Since productivity in itself is a subjective term, I am not going into the details of what “productivity” I am talking about here. I am going to show you some tools and tips that could help you to focus better, be efficient and save time while working in Linux.
Productivity tools and tips for Linux
Again, I am using Ubuntu at the time of writing this article. But the productivity tools and tips I am going to show you here should be applicable to most of the Linux distributions out there.
Music impacts productivity. It is an open secret. From psychologists to management gurus, all have been advising to use ambient noise to feel relaxed and concentrate on your work. I am not going to argue with it because it works for me. I put my headphones on and listening to the birds chirping and wind blows indeed helps me in relaxing.
In Linux, I use ANoise player for ambient noise player. Thanks to the official PPA provided, you can easily install Ambient Noise player in Ubuntu and other Ubuntu based Linux distributions. Installing it let’s you play the ambient music offline as well.
Alternatively, you can always listen to ambient noise online. My favorite website for online ambient music is Noisli. Do give it a try.
Task management app
A good productive habit is to keep a to-do list. And if you combine it with Pomodoro Technique, it could work wonder. What I mean hear is that create a to-do list and if possible, assign those tasks a certain time. This will keep you on track with your planned tasks for the day.
For this, I recommend Go For It! app. You can install it in all major Linux distributions and since it is based on ToDo.txt, you can easily sync it with your smartphone as well. I have written a detailed guide on how to use Go For It!.
Note taking app: Simplenote
Another must have tools to increase productivity is to have a good note taking apps. While there are plenty of note apps for Linux, I am not going to advise you to use the default note apps like Gedit.
It’s not that Gedit is not good. It’s simply that in this connected world, quick note taking is much more helpful if the apps is available across the devices. Imagine having a thought that crossed your mind but you are away from your desktop with just your smartphone in hands. Wouldn’t it be nice that you jolt it down on your smartphone and later, you can view it on Linux desktop?

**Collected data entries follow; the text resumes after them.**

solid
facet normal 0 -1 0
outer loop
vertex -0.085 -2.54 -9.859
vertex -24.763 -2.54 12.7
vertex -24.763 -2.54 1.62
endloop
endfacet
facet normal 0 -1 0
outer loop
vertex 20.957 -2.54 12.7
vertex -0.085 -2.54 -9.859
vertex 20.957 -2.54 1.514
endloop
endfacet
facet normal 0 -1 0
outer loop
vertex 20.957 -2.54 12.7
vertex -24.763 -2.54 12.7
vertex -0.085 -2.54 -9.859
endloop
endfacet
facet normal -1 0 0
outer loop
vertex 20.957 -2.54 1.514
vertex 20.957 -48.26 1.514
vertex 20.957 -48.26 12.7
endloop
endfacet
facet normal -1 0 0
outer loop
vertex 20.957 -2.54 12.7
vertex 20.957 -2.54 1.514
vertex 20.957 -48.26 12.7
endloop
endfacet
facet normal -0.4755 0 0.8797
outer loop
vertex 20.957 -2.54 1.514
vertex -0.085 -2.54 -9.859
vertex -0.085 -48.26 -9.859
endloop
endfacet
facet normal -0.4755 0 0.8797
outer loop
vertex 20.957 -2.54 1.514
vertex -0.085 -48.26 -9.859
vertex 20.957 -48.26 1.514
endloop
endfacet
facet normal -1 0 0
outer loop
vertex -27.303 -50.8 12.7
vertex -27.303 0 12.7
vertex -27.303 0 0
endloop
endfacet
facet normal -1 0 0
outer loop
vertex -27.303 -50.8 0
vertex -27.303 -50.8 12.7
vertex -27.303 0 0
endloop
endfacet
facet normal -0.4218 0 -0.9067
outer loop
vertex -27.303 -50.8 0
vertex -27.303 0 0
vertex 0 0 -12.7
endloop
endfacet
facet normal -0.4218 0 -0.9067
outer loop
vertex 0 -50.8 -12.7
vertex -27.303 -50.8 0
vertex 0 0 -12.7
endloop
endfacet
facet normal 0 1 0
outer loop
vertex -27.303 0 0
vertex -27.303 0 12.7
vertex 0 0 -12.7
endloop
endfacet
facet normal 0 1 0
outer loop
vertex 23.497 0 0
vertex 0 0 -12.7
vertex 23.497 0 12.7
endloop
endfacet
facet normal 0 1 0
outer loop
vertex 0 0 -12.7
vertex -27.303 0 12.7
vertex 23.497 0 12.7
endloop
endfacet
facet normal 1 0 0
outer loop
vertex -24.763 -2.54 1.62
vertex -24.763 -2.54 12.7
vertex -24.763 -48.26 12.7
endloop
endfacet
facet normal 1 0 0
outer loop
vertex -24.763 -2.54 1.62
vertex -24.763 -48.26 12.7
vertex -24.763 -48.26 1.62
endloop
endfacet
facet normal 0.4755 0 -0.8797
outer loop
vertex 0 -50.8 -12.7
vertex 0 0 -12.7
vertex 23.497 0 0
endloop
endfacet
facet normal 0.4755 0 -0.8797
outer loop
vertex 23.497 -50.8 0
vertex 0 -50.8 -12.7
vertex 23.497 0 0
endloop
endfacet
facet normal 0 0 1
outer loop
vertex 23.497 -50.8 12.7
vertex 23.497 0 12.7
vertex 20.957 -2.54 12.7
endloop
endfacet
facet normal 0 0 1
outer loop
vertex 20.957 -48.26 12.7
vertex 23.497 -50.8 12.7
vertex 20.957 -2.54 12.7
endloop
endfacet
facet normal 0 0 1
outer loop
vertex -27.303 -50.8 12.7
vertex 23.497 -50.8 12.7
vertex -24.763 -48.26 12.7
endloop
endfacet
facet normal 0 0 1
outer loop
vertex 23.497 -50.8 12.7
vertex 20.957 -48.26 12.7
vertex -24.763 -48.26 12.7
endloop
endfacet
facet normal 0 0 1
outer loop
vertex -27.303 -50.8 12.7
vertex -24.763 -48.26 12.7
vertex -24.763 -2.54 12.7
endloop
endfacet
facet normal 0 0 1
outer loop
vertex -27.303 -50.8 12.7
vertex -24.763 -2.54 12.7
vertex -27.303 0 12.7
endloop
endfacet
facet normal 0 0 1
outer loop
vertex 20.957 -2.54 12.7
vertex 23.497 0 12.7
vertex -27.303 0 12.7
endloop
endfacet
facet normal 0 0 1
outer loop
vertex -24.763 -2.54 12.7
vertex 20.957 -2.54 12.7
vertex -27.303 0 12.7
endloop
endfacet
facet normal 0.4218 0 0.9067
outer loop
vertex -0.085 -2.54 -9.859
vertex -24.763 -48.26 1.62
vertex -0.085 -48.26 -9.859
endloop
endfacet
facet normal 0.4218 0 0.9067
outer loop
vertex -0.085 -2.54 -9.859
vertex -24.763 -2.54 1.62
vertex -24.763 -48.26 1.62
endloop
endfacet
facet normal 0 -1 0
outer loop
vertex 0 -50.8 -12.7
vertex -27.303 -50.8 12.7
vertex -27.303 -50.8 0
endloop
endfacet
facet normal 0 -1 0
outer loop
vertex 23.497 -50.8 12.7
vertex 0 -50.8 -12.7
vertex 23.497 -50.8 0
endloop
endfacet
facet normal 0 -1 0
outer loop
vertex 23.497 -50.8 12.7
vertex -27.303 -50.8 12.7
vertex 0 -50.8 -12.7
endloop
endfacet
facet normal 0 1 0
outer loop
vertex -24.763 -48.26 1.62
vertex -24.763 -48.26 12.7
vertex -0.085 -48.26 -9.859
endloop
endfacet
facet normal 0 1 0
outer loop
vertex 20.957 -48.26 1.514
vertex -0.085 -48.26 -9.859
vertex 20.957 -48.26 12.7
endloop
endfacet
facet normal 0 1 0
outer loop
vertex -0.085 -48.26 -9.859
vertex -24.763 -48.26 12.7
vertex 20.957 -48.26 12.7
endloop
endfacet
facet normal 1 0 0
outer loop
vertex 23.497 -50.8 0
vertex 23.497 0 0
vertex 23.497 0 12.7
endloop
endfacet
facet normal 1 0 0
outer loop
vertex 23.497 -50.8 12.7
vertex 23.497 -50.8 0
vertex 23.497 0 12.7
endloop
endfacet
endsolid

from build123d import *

# Parameters (mm, degrees)
F1_DEPTH = 50.8
F2_T     = -2.54


with BuildPart() as f1:
    # F0 (on Front) → F1 (new body)
    with BuildSketch(Plane.XZ):
        Polygon((23.497318, 12.7), (0, 12.7), (0, -12.7), (23.497318, 0), align=None)
        Polygon((0, 12.7), (-27.302682, 12.7), (-27.302682, 0), (0, -12.7), align=None)
    extrude(amount=F1_DEPTH)

    # F2
    f2_openings = [f1.faces().sort_by_distance(p)[0] for p in [
        (-1.902682, -25.4, 12.7),
    ]]
    offset(amount=F2_T, openings=f2_openings)


solid = f1.part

Ctrl+ C and Ctrl+V are the integral part of our daily computer life. Only problem is that these important actions don’t have memory (by default). Suppose you copied something important and then you accidentally copied something else, you’ll lose what you had before.
A clipboard manager comes handy in such situation. It displays the history of things you have copied (to clipboard) recently. You can copy text back to clipboard from it.
I prefer Diodon clipboard manager for this purpose. It is actively developed and is available in Ubuntu repositories.
Save your eyes from computer screen at night
Have you noticed that working on computers at night is more tiring than working in day time? Specially, if you are in a dark room.
Computer screens cause more strain on eyes at night. This actually leads to several health issues that includes sleep deprivation.
Good thing is that by using an open source program like f.lux or Redshift, you can have a better computing experience at night. These programs automatically change the brightness of your computer screen at night and replace the blue light with yellow or red light. It is scentifically proven that bluelight is more harmful for eyes at night.
Read more about how to use f.lux on Linux to reduce strain on eyes.
I have been using f.lux lately, and I must say, it’s so good to work on my laptop at night these days. I wish I knew about it before.
When you are busy with something else and a desktop notification blings and fades away, what do you do? You wish that you could see what was the notification about, isn’t it? Recent notification indicator does this job. It keeps a history of all recent notifications. This way, you would never miss the desktop notifications.
You can read about Recent Notification Indicator here.
No, I am not going to show you all those Linux command tricks and shortcuts. That could make up an entire blog. I am going to show you couple of terminal hacks you could use to enhance your productivity.
- Change sudo password timeout: By default sudo commands require you to enter password after 15 minutes. This could be tiresome. You could actually change the default sudo password timeout. This tutorial shows you how to do that.
- Get desktop notification for command completion: It’s a common joke among IT guys that developers spend a lot of time waiting for programs to be compiled and it is not entirely true. But it does affect the productivity because while you wait for the programs to be compiled, you may end up doing something else and forget about the commands you had run in the terminal.
A nicer way would be to get desktop notification when a command is completed. This way, you won’t be distracted for long and can go back to what you were supposed to be doing earlier. Read about how to get desktop notification for command completion.
I know that this is not a comprehensive article about increasing productivity. But these little apps and tips may actually help you to get more out of your valuable time.
Now it’s your turn. What programs or tips you use to be more productive in Linux? Something you want to share with the community?